-- Opening Marker --

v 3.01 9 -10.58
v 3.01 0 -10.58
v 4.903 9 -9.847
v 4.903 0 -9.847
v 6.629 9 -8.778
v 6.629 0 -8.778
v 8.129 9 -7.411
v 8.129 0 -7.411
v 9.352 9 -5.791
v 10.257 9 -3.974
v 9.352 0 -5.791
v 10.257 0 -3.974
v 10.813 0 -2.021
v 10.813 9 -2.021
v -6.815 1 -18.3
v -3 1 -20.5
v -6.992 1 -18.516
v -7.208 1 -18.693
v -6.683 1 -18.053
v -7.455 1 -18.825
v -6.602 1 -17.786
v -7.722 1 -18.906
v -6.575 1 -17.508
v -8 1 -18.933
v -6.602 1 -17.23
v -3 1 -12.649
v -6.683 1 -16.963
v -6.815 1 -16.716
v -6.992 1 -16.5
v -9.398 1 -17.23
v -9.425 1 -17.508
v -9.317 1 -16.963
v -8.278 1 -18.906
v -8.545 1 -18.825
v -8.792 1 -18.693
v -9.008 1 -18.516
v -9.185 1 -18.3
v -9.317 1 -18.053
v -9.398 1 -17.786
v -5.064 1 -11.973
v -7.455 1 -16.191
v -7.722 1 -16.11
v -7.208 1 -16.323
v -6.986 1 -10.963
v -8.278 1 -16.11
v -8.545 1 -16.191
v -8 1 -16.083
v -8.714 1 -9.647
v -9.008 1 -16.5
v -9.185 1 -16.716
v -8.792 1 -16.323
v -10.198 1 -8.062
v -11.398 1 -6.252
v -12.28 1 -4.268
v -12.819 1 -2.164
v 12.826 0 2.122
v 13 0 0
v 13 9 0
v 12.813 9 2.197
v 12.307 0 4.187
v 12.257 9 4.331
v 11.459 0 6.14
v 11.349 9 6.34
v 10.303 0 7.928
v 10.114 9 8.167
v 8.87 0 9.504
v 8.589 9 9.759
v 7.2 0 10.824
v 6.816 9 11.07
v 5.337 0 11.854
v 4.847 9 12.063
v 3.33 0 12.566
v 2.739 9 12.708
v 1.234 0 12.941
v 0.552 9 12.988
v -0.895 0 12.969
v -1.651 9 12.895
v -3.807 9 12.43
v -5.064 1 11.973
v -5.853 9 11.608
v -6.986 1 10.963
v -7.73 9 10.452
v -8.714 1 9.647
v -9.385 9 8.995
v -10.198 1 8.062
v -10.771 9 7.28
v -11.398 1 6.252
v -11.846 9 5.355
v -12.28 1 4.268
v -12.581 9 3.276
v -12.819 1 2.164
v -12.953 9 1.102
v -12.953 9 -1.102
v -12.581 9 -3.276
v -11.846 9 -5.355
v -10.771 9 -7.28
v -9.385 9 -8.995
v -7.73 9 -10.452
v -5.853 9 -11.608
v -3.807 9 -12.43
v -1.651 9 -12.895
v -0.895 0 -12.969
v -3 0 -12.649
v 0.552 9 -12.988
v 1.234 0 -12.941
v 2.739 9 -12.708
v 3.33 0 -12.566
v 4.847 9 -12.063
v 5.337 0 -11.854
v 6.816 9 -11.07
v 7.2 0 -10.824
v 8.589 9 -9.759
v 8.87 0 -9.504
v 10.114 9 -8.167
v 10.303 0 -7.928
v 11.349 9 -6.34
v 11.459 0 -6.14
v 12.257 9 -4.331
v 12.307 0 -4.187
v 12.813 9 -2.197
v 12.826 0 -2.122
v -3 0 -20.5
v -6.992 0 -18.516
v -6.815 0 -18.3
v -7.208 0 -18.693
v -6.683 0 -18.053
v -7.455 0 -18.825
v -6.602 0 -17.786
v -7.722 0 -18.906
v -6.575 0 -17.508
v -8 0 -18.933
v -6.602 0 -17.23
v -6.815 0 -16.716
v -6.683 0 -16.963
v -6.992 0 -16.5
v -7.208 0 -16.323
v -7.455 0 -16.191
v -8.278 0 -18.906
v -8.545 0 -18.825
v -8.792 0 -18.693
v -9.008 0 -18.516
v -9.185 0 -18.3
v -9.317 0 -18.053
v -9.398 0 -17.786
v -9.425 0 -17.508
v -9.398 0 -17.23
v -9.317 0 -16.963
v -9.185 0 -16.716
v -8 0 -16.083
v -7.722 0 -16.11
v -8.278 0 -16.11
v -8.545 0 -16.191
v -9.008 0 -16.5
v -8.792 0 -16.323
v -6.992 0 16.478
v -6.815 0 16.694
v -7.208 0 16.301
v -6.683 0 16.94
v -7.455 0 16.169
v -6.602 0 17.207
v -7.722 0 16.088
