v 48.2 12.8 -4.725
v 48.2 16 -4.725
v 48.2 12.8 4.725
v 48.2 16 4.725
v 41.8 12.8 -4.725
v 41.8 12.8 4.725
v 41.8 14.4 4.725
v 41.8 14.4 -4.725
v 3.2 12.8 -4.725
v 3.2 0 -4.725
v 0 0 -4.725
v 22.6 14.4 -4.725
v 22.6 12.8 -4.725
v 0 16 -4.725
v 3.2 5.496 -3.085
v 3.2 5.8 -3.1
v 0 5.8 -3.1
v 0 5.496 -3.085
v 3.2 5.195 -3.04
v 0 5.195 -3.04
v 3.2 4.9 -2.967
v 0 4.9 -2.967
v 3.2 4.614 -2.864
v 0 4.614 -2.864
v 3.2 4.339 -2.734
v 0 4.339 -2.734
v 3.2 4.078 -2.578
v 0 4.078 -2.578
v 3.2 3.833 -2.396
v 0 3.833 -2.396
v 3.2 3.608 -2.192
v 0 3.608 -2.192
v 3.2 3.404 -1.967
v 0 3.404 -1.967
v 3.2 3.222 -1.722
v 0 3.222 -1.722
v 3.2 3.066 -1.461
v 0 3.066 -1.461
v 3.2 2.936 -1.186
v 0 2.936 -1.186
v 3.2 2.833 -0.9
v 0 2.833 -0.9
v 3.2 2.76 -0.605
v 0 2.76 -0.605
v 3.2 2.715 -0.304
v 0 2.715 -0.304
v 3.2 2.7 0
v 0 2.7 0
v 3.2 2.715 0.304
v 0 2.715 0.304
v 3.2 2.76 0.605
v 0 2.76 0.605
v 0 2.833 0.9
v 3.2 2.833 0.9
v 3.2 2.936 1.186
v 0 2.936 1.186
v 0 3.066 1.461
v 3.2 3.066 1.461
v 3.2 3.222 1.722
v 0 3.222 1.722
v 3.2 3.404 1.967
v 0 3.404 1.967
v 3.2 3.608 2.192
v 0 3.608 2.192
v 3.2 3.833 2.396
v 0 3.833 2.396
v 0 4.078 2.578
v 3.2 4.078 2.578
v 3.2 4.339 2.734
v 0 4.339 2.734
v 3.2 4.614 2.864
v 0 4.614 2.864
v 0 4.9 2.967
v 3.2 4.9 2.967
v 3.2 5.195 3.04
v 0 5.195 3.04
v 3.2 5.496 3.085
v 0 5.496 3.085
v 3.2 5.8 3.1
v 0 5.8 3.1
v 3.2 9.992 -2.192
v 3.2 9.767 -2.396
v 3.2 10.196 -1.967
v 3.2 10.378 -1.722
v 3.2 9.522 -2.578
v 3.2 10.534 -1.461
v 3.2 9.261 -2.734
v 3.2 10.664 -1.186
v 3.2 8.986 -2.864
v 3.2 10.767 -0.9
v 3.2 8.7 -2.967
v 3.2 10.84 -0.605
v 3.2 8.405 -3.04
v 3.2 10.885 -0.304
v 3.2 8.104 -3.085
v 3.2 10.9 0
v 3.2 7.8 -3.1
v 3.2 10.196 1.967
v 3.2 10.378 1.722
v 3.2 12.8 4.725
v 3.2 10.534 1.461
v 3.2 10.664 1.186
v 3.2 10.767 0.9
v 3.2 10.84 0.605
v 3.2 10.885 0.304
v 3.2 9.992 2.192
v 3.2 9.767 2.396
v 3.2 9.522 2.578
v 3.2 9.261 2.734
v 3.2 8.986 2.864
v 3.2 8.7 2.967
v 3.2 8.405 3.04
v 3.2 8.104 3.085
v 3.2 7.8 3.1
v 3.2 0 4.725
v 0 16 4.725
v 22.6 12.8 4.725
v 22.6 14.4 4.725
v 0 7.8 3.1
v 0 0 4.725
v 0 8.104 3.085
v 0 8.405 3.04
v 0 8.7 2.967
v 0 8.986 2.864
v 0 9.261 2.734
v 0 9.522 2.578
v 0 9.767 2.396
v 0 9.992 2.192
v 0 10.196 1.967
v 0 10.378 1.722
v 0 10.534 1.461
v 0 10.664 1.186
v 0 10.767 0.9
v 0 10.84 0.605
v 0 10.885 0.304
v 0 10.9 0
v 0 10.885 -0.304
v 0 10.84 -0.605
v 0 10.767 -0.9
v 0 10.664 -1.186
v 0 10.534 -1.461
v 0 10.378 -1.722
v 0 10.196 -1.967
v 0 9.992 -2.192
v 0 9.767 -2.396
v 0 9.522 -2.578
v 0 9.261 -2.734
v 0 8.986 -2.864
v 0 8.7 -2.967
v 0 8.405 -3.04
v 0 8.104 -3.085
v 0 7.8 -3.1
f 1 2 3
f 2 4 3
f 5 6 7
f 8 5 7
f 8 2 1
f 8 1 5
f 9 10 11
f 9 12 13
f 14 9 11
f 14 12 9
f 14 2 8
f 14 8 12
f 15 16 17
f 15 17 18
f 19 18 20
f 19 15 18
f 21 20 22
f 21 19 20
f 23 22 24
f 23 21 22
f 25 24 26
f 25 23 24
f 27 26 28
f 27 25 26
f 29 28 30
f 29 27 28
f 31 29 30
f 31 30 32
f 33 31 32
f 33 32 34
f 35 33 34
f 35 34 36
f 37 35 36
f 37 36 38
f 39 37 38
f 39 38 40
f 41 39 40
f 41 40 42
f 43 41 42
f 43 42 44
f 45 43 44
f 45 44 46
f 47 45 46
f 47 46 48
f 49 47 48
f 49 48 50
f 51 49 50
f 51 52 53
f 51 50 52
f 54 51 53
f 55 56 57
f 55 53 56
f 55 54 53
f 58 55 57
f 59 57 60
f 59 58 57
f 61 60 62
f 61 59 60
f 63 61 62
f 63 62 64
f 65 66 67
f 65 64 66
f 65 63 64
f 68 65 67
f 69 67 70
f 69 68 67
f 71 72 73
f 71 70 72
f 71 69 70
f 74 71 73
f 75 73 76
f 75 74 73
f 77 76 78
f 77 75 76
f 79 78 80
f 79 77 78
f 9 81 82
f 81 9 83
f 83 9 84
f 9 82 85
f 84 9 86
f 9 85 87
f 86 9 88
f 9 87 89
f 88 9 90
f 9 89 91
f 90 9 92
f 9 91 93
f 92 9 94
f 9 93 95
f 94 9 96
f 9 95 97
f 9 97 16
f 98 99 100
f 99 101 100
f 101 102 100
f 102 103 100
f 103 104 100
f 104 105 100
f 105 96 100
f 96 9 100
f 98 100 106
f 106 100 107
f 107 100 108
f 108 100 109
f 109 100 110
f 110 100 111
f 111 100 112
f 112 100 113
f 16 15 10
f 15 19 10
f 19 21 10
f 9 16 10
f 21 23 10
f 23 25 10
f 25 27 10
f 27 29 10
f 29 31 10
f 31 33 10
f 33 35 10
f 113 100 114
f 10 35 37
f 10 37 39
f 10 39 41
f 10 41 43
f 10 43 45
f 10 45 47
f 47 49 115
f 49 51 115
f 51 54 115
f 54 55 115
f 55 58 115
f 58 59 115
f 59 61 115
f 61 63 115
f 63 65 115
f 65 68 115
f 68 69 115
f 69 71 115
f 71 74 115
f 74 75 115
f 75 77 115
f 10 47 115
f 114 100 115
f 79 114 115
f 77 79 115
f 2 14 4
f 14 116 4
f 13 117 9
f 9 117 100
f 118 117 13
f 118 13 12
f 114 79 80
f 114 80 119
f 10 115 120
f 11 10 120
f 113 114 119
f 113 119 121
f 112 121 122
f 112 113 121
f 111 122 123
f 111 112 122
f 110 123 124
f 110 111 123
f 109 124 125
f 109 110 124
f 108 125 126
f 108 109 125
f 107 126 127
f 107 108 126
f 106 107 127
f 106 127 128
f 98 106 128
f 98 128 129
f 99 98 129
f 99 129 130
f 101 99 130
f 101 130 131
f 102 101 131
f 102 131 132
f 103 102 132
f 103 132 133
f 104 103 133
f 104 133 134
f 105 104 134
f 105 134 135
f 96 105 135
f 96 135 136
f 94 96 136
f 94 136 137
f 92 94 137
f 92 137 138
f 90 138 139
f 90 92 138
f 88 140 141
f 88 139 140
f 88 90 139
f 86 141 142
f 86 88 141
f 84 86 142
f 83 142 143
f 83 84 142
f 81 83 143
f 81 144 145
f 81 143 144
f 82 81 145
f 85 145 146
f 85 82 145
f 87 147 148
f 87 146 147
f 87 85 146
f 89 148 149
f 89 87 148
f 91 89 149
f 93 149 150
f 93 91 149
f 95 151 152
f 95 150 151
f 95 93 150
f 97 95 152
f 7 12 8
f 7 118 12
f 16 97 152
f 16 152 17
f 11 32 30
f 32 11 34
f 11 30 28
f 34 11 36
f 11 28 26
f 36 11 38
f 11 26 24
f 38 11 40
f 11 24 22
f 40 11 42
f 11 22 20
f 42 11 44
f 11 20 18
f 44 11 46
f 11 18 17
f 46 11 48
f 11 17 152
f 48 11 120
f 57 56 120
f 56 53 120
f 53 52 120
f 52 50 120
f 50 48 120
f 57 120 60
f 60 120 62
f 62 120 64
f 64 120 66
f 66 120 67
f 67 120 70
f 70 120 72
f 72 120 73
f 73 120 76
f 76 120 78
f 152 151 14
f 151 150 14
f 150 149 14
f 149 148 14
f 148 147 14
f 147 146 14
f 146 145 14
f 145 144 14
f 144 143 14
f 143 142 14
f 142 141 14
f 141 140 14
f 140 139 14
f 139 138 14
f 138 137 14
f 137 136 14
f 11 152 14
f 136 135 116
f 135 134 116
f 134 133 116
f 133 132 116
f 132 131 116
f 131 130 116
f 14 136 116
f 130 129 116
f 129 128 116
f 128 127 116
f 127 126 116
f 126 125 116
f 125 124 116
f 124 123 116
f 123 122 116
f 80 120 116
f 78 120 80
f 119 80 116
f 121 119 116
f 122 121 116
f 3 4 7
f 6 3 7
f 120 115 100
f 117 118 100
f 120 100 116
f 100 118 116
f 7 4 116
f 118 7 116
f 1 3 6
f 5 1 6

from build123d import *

# Parameters (mm, degrees)
BOSS_EXTRUDE1_DEPTH = 4.725
SKETCH2_W           = 19.2
SKETCH2_H           = 1.6
CUT_EXTRUDE1_DEPTH  = 4.725
CUT_EXTRUDE2_REACH  = 49.993


with BuildPart() as part:
    # Sketch1 → Boss-Extrude1 (new, symmetric)
    with BuildSketch(Plane.XY):
        Polygon((0, 0), (0, 16), (48.2, 16), (48.2, 12.8), (3.2, 12.8), (3.2, 0), align=None)
    extrude(amount=BOSS_EXTRUDE1_DEPTH, both=True)

    # Sketch2 → Cut-Extrude1 (cut, symmetric)
    with BuildSketch(Plane.XY):
        with Locations((32.2, 13.6)):
            Rectangle(SKETCH2_W, SKETCH2_H)
    extrude(amount=CUT_EXTRUDE1_DEPTH, both=True, mode=Mode.SUBTRACT)

    # Sketch3 → Cut-Extrude2 (cut, up to next)
    with BuildSketch(Plane(origin=(3.2, 0, 0), x_dir=(0, 0, -1), z_dir=(1, 0, 0)), mode=Mode.PRIVATE) as cut_extrude2_sk1:
        with BuildLine():
            Line((-3.1, 5.8), (-3.1, 7.8))
            ThreePointArc((-3.1, 7.8), (0, 10.9), (3.1, 7.8))
            Line((3.1, 7.8), (3.1, 5.8))
            ThreePointArc((3.1, 5.8), (0, 2.7), (-3.1, 5.8))
        make_face()
    cut_extrude2_tool1 = extrude(cut_extrude2_sk1.sketch, amount=-CUT_EXTRUDE2_REACH, mode=Mode.PRIVATE) & part.part
    add(cut_extrude2_tool1.solids().sort_by_distance((3.2, 6.8, 0))[0], mode=Mode.SUBTRACT)


solid = part.part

-- Closing Marker --

== Task directions ==
Please give back exactly the lines of the listing above that run from the one containing "f 63 65 115" through the one containing "f 104 103 133", and only those.

== Response to this task ==
f 63 65 115
f 65 68 115
f 68 69 115
f 69 71 115
f 71 74 115
f 74 75 115
f 75 77 115
f 10 47 115
f 114 100 115
f 79 114 115
f 77 79 115
f 2 14 4
f 14 116 4
f 13 117 9
f 9 117 100
f 118 117 13
f 118 13 12
f 114 79 80
f 114 80 119
f 10 115 120
f 11 10 120
f 113 114 119
f 113 119 121
f 112 121 122
f 112 113 121
f 111 122 123
f 111 112 122
f 110 123 124
f 110 111 123
f 109 124 125
f 109 110 124
f 108 125 126
f 108 109 125
f 107 126 127
f 107 108 126
f 106 107 127
f 106 127 128
f 98 106 128
f 98 128 129
f 99 98 129
f 99 129 130
f 101 99 130
f 101 130 131
f 102 101 131
f 102 131 132
f 103 102 132
f 103 132 133
f 104 103 133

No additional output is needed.